Retype, word for word, every line from the one holding "v28 (50,-50,0)" through the one holding "e45 v29 v32 LINE" in the entries below, both included, and only those lines.
════════
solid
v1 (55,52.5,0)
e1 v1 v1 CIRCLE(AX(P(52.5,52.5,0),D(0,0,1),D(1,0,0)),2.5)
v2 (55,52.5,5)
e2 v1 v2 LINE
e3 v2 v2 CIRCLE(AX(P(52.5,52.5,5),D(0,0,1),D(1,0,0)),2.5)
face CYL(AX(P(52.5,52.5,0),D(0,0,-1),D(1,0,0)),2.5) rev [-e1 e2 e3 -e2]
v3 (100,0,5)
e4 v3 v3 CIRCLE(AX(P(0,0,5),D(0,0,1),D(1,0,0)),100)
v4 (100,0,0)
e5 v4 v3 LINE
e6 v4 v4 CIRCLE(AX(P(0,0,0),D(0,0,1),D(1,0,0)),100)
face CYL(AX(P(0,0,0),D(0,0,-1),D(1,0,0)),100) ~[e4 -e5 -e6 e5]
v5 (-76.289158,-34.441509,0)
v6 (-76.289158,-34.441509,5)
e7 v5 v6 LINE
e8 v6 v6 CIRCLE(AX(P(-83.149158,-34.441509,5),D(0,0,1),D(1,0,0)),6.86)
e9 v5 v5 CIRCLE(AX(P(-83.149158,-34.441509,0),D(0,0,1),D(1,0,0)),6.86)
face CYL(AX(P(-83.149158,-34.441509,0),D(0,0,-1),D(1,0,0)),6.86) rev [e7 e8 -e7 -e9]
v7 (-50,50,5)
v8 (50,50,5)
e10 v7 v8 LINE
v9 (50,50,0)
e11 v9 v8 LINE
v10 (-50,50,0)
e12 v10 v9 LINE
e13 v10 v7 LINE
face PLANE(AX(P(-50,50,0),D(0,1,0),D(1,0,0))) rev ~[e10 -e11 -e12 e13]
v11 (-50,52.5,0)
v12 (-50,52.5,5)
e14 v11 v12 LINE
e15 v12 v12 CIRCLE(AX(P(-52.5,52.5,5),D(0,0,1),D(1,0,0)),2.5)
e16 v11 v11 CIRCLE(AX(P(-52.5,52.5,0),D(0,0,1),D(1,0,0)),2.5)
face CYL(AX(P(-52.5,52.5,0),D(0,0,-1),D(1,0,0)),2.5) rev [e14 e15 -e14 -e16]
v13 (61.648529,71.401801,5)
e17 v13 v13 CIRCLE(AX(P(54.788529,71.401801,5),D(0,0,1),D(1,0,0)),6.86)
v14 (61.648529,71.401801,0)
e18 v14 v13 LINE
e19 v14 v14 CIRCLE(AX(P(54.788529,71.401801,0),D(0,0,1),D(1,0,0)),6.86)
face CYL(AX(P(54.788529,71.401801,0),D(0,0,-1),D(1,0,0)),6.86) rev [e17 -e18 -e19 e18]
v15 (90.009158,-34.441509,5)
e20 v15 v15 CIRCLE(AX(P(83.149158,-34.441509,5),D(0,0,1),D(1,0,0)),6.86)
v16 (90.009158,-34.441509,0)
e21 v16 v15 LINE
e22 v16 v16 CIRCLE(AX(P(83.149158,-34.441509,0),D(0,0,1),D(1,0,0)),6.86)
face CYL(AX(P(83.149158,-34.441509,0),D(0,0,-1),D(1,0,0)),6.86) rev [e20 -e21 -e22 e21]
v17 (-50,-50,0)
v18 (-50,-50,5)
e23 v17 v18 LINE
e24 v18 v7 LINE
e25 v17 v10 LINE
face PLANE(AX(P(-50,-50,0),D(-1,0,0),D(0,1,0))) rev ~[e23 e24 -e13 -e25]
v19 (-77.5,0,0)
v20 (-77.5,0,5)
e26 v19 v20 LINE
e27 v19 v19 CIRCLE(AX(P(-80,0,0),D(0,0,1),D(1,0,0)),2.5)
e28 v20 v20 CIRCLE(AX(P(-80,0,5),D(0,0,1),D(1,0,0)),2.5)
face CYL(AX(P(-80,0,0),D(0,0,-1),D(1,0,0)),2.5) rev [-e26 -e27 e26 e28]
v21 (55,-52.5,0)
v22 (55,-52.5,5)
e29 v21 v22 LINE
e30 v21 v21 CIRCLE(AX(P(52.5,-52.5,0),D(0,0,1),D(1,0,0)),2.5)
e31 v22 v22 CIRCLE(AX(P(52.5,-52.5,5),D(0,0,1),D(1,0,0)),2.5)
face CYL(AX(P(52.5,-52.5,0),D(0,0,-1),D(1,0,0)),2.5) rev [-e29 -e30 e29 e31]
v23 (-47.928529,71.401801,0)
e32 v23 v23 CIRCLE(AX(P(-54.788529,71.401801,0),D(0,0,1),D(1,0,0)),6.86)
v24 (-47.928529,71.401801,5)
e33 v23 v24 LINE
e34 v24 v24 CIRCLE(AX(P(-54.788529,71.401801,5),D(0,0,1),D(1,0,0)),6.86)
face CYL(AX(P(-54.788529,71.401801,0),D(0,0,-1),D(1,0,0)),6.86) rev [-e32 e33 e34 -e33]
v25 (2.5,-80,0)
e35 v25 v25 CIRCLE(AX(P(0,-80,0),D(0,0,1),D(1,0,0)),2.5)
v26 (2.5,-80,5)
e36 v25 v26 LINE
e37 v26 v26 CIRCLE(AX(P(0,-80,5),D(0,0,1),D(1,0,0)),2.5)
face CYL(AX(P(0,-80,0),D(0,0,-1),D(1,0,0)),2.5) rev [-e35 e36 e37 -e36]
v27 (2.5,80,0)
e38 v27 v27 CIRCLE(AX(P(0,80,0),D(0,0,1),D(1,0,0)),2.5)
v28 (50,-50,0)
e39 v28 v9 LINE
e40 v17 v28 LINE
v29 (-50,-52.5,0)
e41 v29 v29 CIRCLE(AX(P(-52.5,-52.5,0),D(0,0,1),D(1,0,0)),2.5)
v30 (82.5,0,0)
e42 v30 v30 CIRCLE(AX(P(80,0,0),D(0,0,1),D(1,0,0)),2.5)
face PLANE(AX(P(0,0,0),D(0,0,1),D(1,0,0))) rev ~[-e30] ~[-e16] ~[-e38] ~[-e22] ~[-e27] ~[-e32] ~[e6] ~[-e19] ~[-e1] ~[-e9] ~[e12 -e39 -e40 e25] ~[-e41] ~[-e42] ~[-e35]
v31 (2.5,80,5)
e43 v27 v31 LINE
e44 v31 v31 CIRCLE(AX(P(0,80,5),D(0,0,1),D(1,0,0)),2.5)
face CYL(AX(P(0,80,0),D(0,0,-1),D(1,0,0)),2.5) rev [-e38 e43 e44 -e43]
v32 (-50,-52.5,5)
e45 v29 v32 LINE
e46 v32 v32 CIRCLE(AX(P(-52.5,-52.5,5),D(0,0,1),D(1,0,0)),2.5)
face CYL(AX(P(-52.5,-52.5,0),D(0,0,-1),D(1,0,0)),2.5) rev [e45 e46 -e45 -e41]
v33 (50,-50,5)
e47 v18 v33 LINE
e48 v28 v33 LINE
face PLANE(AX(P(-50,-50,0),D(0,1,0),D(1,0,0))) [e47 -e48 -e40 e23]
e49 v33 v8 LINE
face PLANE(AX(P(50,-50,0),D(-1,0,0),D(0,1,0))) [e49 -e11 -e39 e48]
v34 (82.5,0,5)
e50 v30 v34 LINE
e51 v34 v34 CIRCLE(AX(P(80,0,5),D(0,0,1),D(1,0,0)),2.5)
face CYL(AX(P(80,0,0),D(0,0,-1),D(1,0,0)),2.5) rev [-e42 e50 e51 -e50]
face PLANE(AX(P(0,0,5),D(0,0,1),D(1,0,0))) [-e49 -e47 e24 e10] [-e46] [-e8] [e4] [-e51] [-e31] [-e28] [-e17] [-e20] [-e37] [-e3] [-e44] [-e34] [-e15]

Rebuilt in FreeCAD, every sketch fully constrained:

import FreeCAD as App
import Part
import Sketcher

V = App.Vector

doc = App.newDocument("Part")
body = doc.addObject("PartDesign::Body", "Body")

# Sketch on XY plane
sketch1 = body.newObject("Sketcher::SketchObject", "Sketch")
sketch1.AttachmentSupport = (doc.getObject("XY_Plane"), [""])
sketch1.MapMode = "FlatFace"
sketch1.addGeometry(Part.Circle(V(0, 0, 0), V(0, 0, 1), 100), False)
sketch1.addGeometry(Part.Circle(V(-52.5, -52.5, 0), V(0, 0, 1), 2.5), False)
sketch1.addGeometry(Part.Circle(V(0, -80, 0), V(0, 0, 1), 2.5), False)
sketch1.addGeometry(Part.Circle(V(-83.1, -34.4, 0), V(0, 0, 1), 6.9), False)
sketch1.addGeometry(Part.Circle(V(52.5, -52.5, 0), V(0, 0, 1), 2.5), False)
sketch1.addGeometry(Part.Circle(V(83.1, -34.4, 0), V(0, 0, 1), 6.9), False)
sketch1.addGeometry(Part.Circle(V(-80, 0, 0), V(0, 0, 1), 2.5), False)
sketch1.addGeometry(Part.LineSegment(V(50, -50, 0), V(-50, -50, 0)), False)
sketch1.addGeometry(Part.LineSegment(V(-50, -50, 0), V(-50, 50, 0)), False)
sketch1.addGeometry(Part.LineSegment(V(-50, 50, 0), V(50, 50, 0)), False)
sketch1.addGeometry(Part.LineSegment(V(50, 50, 0), V(50, -50, 0)), False)
sketch1.addGeometry(Part.Circle(V(-52.5, 52.5, 0), V(0, 0, 1), 2.5), False)
sketch1.addGeometry(Part.Circle(V(-54.8, 71.4, 0), V(0, 0, 1), 6.9), False)
sketch1.addGeometry(Part.Circle(V(0, 80, 0), V(0, 0, 1), 2.5), False)
sketch1.addGeometry(Part.Circle(V(80, 0, 0), V(0, 0, 1), 2.5), False)
sketch1.addGeometry(Part.Circle(V(52.5, 52.5, 0), V(0, 0, 1), 2.5), False)
sketch1.addGeometry(Part.Circle(V(54.8, 71.4, 0), V(0, 0, 1), 6.9), False)
sketch1.addConstraint(Sketcher.Constraint("Coincident", 7, 2, 8, 1))
sketch1.addConstraint(Sketcher.Constraint("Coincident", 8, 2, 9, 1))
sketch1.addConstraint(Sketcher.Constraint("Coincident", 9, 2, 10, 1))
sketch1.addConstraint(Sketcher.Constraint("Coincident", 10, 2, 7, 1))
sketch1.addConstraint(Sketcher.Constraint("Horizontal", 7))
sketch1.addConstraint(Sketcher.Constraint("Vertical", 8))
sketch1.addConstraint(Sketcher.Constraint("Horizontal", 9))
sketch1.addConstraint(Sketcher.Constraint("Vertical", 10))
sketch1.addConstraint(Sketcher.Constraint("Coincident", 0, 3, -1, 1))
sketch1.addConstraint(Sketcher.Constraint("Equal", 1, 2))
sketch1.addConstraint(Sketcher.Constraint("Equal", 2, 4))
sketch1.addConstraint(Sketcher.Constraint("Equal", 3, 5))
sketch1.addConstraint(Sketcher.Constraint("Equal", 4, 6))
sketch1.addConstraint(Sketcher.Constraint("Equal", 6, 11))
sketch1.addConstraint(Sketcher.Constraint("Equal", 5, 12))
sketch1.addConstraint(Sketcher.Constraint("Equal", 11, 13))
sketch1.addConstraint(Sketcher.Constraint("Equal", 13, 14))
sketch1.addConstraint(Sketcher.Constraint("Equal", 14, 15))
sketch1.addConstraint(Sketcher.Constraint("Equal", 12, 16))
sketch1.addConstraint(Sketcher.Constraint("Symmetric", 4, 3, 11, 3, -1, 1))
sketch1.addConstraint(Sketcher.Constraint("Symmetric", 2, 3, 13, 3, -1, 1))
sketch1.addConstraint(Sketcher.Constraint("Symmetric", 6, 3, 14, 3, -1, 1))
sketch1.addConstraint(Sketcher.Constraint("Symmetric", 1, 3, 15, 3, -1, 1))
sketch1.addConstraint(Sketcher.Constraint("Symmetric", 7, 2, 9, 2, -1, 1))
sketch1.addConstraint(Sketcher.Constraint("Symmetric", 1, 3, 4, 3, -2))
sketch1.addConstraint(Sketcher.Constraint("Symmetric", 3, 3, 5, 3, -2))
sketch1.addConstraint(Sketcher.Constraint("Symmetric", 12, 3, 16, 3, -2))
sketch1.addConstraint(Sketcher.Constraint("PointOnObject", 2, 3, -2))
sketch1.addConstraint(Sketcher.Constraint("PointOnObject", 6, 3, -1))
sketch1.addConstraint(Sketcher.Constraint("Equal", 9, 8))
sketch1.addConstraint(Sketcher.Constraint("Diameter", 0, 200.0))
sketch1.addConstraint(Sketcher.Constraint("Diameter", 1, 5.0))
sketch1.addConstraint(Sketcher.Constraint("Diameter", 3, 13.72))
sketch1.addConstraint(Sketcher.Constraint("DistanceX", 7, 2, 7, 1, 100.0))
sketch1.addConstraint(Sketcher.Constraint("DistanceY", 2, 3, -1, 1, 80.0))
sketch1.addConstraint(Sketcher.Constraint("DistanceX", 6, 3, -1, 1, 80.0))
sketch1.addConstraint(Sketcher.Constraint("DistanceX", 1, 3, 4, 3, 105.0))
sketch1.addConstraint(Sketcher.Constraint("DistanceY", 1, 3, 11, 3, 105.0))
sketch1.addConstraint(Sketcher.Constraint("DistanceY", -1, 1, 12, 3, 71.401801))
sketch1.addConstraint(Sketcher.Constraint("DistanceX", 3, 3, -1, 1, 83.149158))
sketch1.addConstraint(Sketcher.Constraint("DistanceY", 3, 3, -1, 1, 34.441509))
sketch1.addConstraint(Sketcher.Constraint("DistanceX", 12, 3, -1, 1, 54.788529))
pad1 = body.newObject("PartDesign::Pad", "Pad")
pad1.Profile = sketch1
pad1.Length = 5

doc.recompute()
════════
#### TASK ANSWER:
v28 (50,-50,0)
e39 v28 v9 LINE
e40 v17 v28 LINE
v29 (-50,-52.5,0)
e41 v29 v29 CIRCLE(AX(P(-52.5,-52.5,0),D(0,0,1),D(1,0,0)),2.5)
v30 (82.5,0,0)
e42 v30 v30 CIRCLE(AX(P(80,0,0),D(0,0,1),D(1,0,0)),2.5)
face PLANE(AX(P(0,0,0),D(0,0,1),D(1,0,0))) rev ~[-e30] ~[-e16] ~[-e38] ~[-e22] ~[-e27] ~[-e32] ~[e6] ~[-e19] ~[-e1] ~[-e9] ~[e12 -e39 -e40 e25] ~[-e41] ~[-e42] ~[-e35]
v31 (2.5,80,5)
e43 v27 v31 LINE
e44 v31 v31 CIRCLE(AX(P(0,80,5),D(0,0,1),D(1,0,0)),2.5)
face CYL(AX(P(0,80,0),D(0,0,-1),D(1,0,0)),2.5) rev [-e38 e43 e44 -e43]
v32 (-50,-52.5,5)
e45 v29 v32 LINE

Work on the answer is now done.